A function that returns a pointer to an object over which Python should claim
ownership, should have its __creates__
flag set through its
pythonization.
Well-written APIs will have clear clues in their naming convention about the
ownership rules.
For example, functions called New...
, Clone...
, etc. can be expected
to return freshly allocated objects.
A basic name-matching in the pythonization then makes it simple to mark all
these functions as creators.
The return values are auto-casted.
*args and **kwds¶
C++ default arguments work as expected.
Keywords, however, are a Python language feature that does not exist in C++.
Many C++ function declarations do have formal arguments, but these are not
part of the C++ interface (the argument names are repeated in the definition,
making the names in the declaration irrelevant: they do not even need to be
provided).
Thus, although cppyy
will map keyword argument names to formal argument
names from the C++ declaration, use of this feature is not recommended unless
you have a guarantee that the names in C++ the interface are maintained.
Example:
>>> from cppyy.gbl import Concrete >>> c = Concrete() # uses default argument >>> c.m_int 42 >>> c = Concrete(13) # uses provided argument >>> c.m_int 13 >>> args = (27,) >>> c = Concrete(*args) # argument pack >>> c.m_int 27 >>> c = Concrete(n=17) >>> c.m_int 17 >>> kwds = {'n' : 18} >>> c = Concrete(**kwds) >>> c.m_int 18 >>>
Callbacks¶
Python callables (functions/lambdas/instances) can be passed to C++ through
function pointers and/or std::function
.
This involves creation of a temporary wrapper, which has the same life time as
the Python callable it wraps, so the callable needs to be kept alive on the
Python side if the C++ side stores the callback.
Example:
>>> from cppyy.gbl import call_int_int >>> print(call_int_int.__doc__) int ::call_int_int(int(*)(int,int) f, int i1, int i2) >>> def add(a, b): ... return a+b ... >>> call_int_int(add, 3, 7) 7 >>> call_int_int(lambda x, y: x*y, 3, 7) 21 >>>
Python functions can be used to instantiate C++ templates, assuming the
type information of the arguments and return types can be inferred.

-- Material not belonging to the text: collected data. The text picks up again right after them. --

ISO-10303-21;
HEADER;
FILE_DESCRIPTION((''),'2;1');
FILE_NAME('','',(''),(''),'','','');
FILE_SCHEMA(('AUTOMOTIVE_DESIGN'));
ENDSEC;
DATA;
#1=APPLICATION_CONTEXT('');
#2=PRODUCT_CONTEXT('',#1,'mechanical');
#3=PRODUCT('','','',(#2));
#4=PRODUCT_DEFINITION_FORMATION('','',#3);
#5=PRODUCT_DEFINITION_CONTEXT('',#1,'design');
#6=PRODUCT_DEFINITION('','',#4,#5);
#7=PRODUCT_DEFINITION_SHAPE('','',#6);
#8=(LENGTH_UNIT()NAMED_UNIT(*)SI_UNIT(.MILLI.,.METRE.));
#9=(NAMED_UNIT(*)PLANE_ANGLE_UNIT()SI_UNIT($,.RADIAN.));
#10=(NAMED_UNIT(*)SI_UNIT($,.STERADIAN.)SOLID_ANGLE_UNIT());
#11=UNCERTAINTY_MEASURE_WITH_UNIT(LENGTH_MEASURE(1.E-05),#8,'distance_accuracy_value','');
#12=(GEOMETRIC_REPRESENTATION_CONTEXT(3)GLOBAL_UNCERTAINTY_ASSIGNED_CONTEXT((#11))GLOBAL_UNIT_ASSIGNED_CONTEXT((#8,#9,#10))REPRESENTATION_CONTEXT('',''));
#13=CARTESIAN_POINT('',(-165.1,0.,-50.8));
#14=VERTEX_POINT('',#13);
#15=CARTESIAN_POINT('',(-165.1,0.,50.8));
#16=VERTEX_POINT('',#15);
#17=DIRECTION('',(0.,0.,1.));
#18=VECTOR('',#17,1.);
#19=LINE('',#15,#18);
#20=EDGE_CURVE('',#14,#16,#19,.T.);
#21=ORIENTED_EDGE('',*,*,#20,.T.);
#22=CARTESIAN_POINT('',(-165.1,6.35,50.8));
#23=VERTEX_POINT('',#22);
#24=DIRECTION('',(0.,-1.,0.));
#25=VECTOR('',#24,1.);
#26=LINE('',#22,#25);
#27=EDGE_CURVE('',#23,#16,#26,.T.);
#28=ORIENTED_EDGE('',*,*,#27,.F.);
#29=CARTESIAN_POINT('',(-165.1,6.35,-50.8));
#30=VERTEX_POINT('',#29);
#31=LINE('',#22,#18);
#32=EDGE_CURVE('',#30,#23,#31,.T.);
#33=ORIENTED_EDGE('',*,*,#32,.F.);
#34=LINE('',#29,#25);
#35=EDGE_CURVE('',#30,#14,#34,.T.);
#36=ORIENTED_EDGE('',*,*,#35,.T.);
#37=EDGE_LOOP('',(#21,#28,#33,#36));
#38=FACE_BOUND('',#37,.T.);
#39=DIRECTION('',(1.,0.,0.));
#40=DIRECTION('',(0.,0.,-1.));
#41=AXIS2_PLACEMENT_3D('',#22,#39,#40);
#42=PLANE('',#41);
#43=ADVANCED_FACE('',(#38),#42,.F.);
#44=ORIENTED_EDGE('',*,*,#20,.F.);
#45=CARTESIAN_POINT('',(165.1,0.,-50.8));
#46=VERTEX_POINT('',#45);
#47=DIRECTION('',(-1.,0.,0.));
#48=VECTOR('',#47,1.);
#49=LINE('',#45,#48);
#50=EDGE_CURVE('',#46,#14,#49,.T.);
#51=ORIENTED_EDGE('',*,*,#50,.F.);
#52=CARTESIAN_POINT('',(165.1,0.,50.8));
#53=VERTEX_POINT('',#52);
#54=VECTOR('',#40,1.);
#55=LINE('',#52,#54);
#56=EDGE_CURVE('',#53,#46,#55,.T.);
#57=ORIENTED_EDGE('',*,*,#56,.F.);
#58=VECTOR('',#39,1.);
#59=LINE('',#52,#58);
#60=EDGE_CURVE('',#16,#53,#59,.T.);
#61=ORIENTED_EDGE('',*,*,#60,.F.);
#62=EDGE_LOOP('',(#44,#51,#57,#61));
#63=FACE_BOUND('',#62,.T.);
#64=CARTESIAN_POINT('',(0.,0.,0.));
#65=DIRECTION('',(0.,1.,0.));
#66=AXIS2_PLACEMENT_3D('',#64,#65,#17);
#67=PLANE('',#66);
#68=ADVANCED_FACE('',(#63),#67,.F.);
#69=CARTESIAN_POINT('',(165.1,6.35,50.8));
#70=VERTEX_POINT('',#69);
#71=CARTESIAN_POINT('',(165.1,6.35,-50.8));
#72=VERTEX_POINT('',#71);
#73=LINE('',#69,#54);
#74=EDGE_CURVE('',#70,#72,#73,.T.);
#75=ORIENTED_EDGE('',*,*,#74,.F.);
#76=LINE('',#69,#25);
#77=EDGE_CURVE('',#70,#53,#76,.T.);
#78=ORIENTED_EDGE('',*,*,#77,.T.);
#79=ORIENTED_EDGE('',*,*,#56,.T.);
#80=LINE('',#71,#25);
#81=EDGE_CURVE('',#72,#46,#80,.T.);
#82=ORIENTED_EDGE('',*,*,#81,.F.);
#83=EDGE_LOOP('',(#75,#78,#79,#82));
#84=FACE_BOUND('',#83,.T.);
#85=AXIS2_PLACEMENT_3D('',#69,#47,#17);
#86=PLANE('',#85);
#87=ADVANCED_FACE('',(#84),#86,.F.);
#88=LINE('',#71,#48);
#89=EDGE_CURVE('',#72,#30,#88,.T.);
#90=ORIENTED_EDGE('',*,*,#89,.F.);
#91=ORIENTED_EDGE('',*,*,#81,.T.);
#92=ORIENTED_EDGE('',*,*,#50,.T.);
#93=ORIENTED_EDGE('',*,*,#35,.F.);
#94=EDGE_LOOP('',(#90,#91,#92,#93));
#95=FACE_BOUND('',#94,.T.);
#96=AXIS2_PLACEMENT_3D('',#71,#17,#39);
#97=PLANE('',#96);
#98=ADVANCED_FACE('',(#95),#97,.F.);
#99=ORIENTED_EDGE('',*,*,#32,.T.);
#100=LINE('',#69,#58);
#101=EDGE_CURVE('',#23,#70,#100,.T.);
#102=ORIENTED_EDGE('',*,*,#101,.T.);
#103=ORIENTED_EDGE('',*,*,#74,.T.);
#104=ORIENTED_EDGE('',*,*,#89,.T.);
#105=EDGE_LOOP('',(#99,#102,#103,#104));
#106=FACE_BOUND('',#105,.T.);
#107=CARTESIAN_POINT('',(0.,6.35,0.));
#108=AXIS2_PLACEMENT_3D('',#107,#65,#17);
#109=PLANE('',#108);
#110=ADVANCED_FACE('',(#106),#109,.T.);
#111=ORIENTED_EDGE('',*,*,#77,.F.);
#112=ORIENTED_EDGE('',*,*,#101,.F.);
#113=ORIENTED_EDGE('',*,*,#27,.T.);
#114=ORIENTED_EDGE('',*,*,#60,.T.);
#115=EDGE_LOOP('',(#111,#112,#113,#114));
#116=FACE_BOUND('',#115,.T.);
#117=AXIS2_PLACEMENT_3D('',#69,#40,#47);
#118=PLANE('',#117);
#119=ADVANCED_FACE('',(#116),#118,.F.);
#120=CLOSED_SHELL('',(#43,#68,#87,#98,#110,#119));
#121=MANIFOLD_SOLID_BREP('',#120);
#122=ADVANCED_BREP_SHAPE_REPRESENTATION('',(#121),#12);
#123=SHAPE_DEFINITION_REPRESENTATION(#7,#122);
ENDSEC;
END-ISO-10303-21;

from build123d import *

# Parameters (mm, degrees)
SKETCH1_W           = 330.2
SKETCH1_H           = 101.6
BOSS_EXTRUDE1_DEPTH = 6.35


with BuildPart() as part:
    # Sketch1 → Boss-Extrude1 (new body)
    with BuildSketch(Plane(origin=(0, 0, 0), x_dir=(1, 0, 0), z_dir=(0, 1, 0))):
        Rectangle(SKETCH1_W, SKETCH1_H)
    extrude(amount=BOSS_EXTRUDE1_DEPTH)


solid = part.part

If this can not be done directly from the template arguments, then it can
be provided through Python annotations, by explicitly adding the
__annotations__
special data member (e.g. for older versions of Python
that do not support annotations), or by the function having been bound by
cppyy
in the first place.
For example:
>>> import cppyy >>> cppyy.cppdef("""\ ... template<typename R, typename... U, typename... A> ... R callT(R(*f)(U...), A&&... a) { ... return f(a...); ... }""") True >>> def f(a: 'int') -> 'double': ... return 3.1415*a ... >>> cppyy.gbl.callT(f, 2) 6.283 >>> def f(a: 'int', b: 'int') -> 'int': ... return 3*a*b ... >>> cppyy.gbl.callT(f, 6, 7) 126 >>>
extern “C”¶
Functions with C linkage are supported and are simply represented as overloads of a single function. Such functions are allowed both globally as well as in namespaces.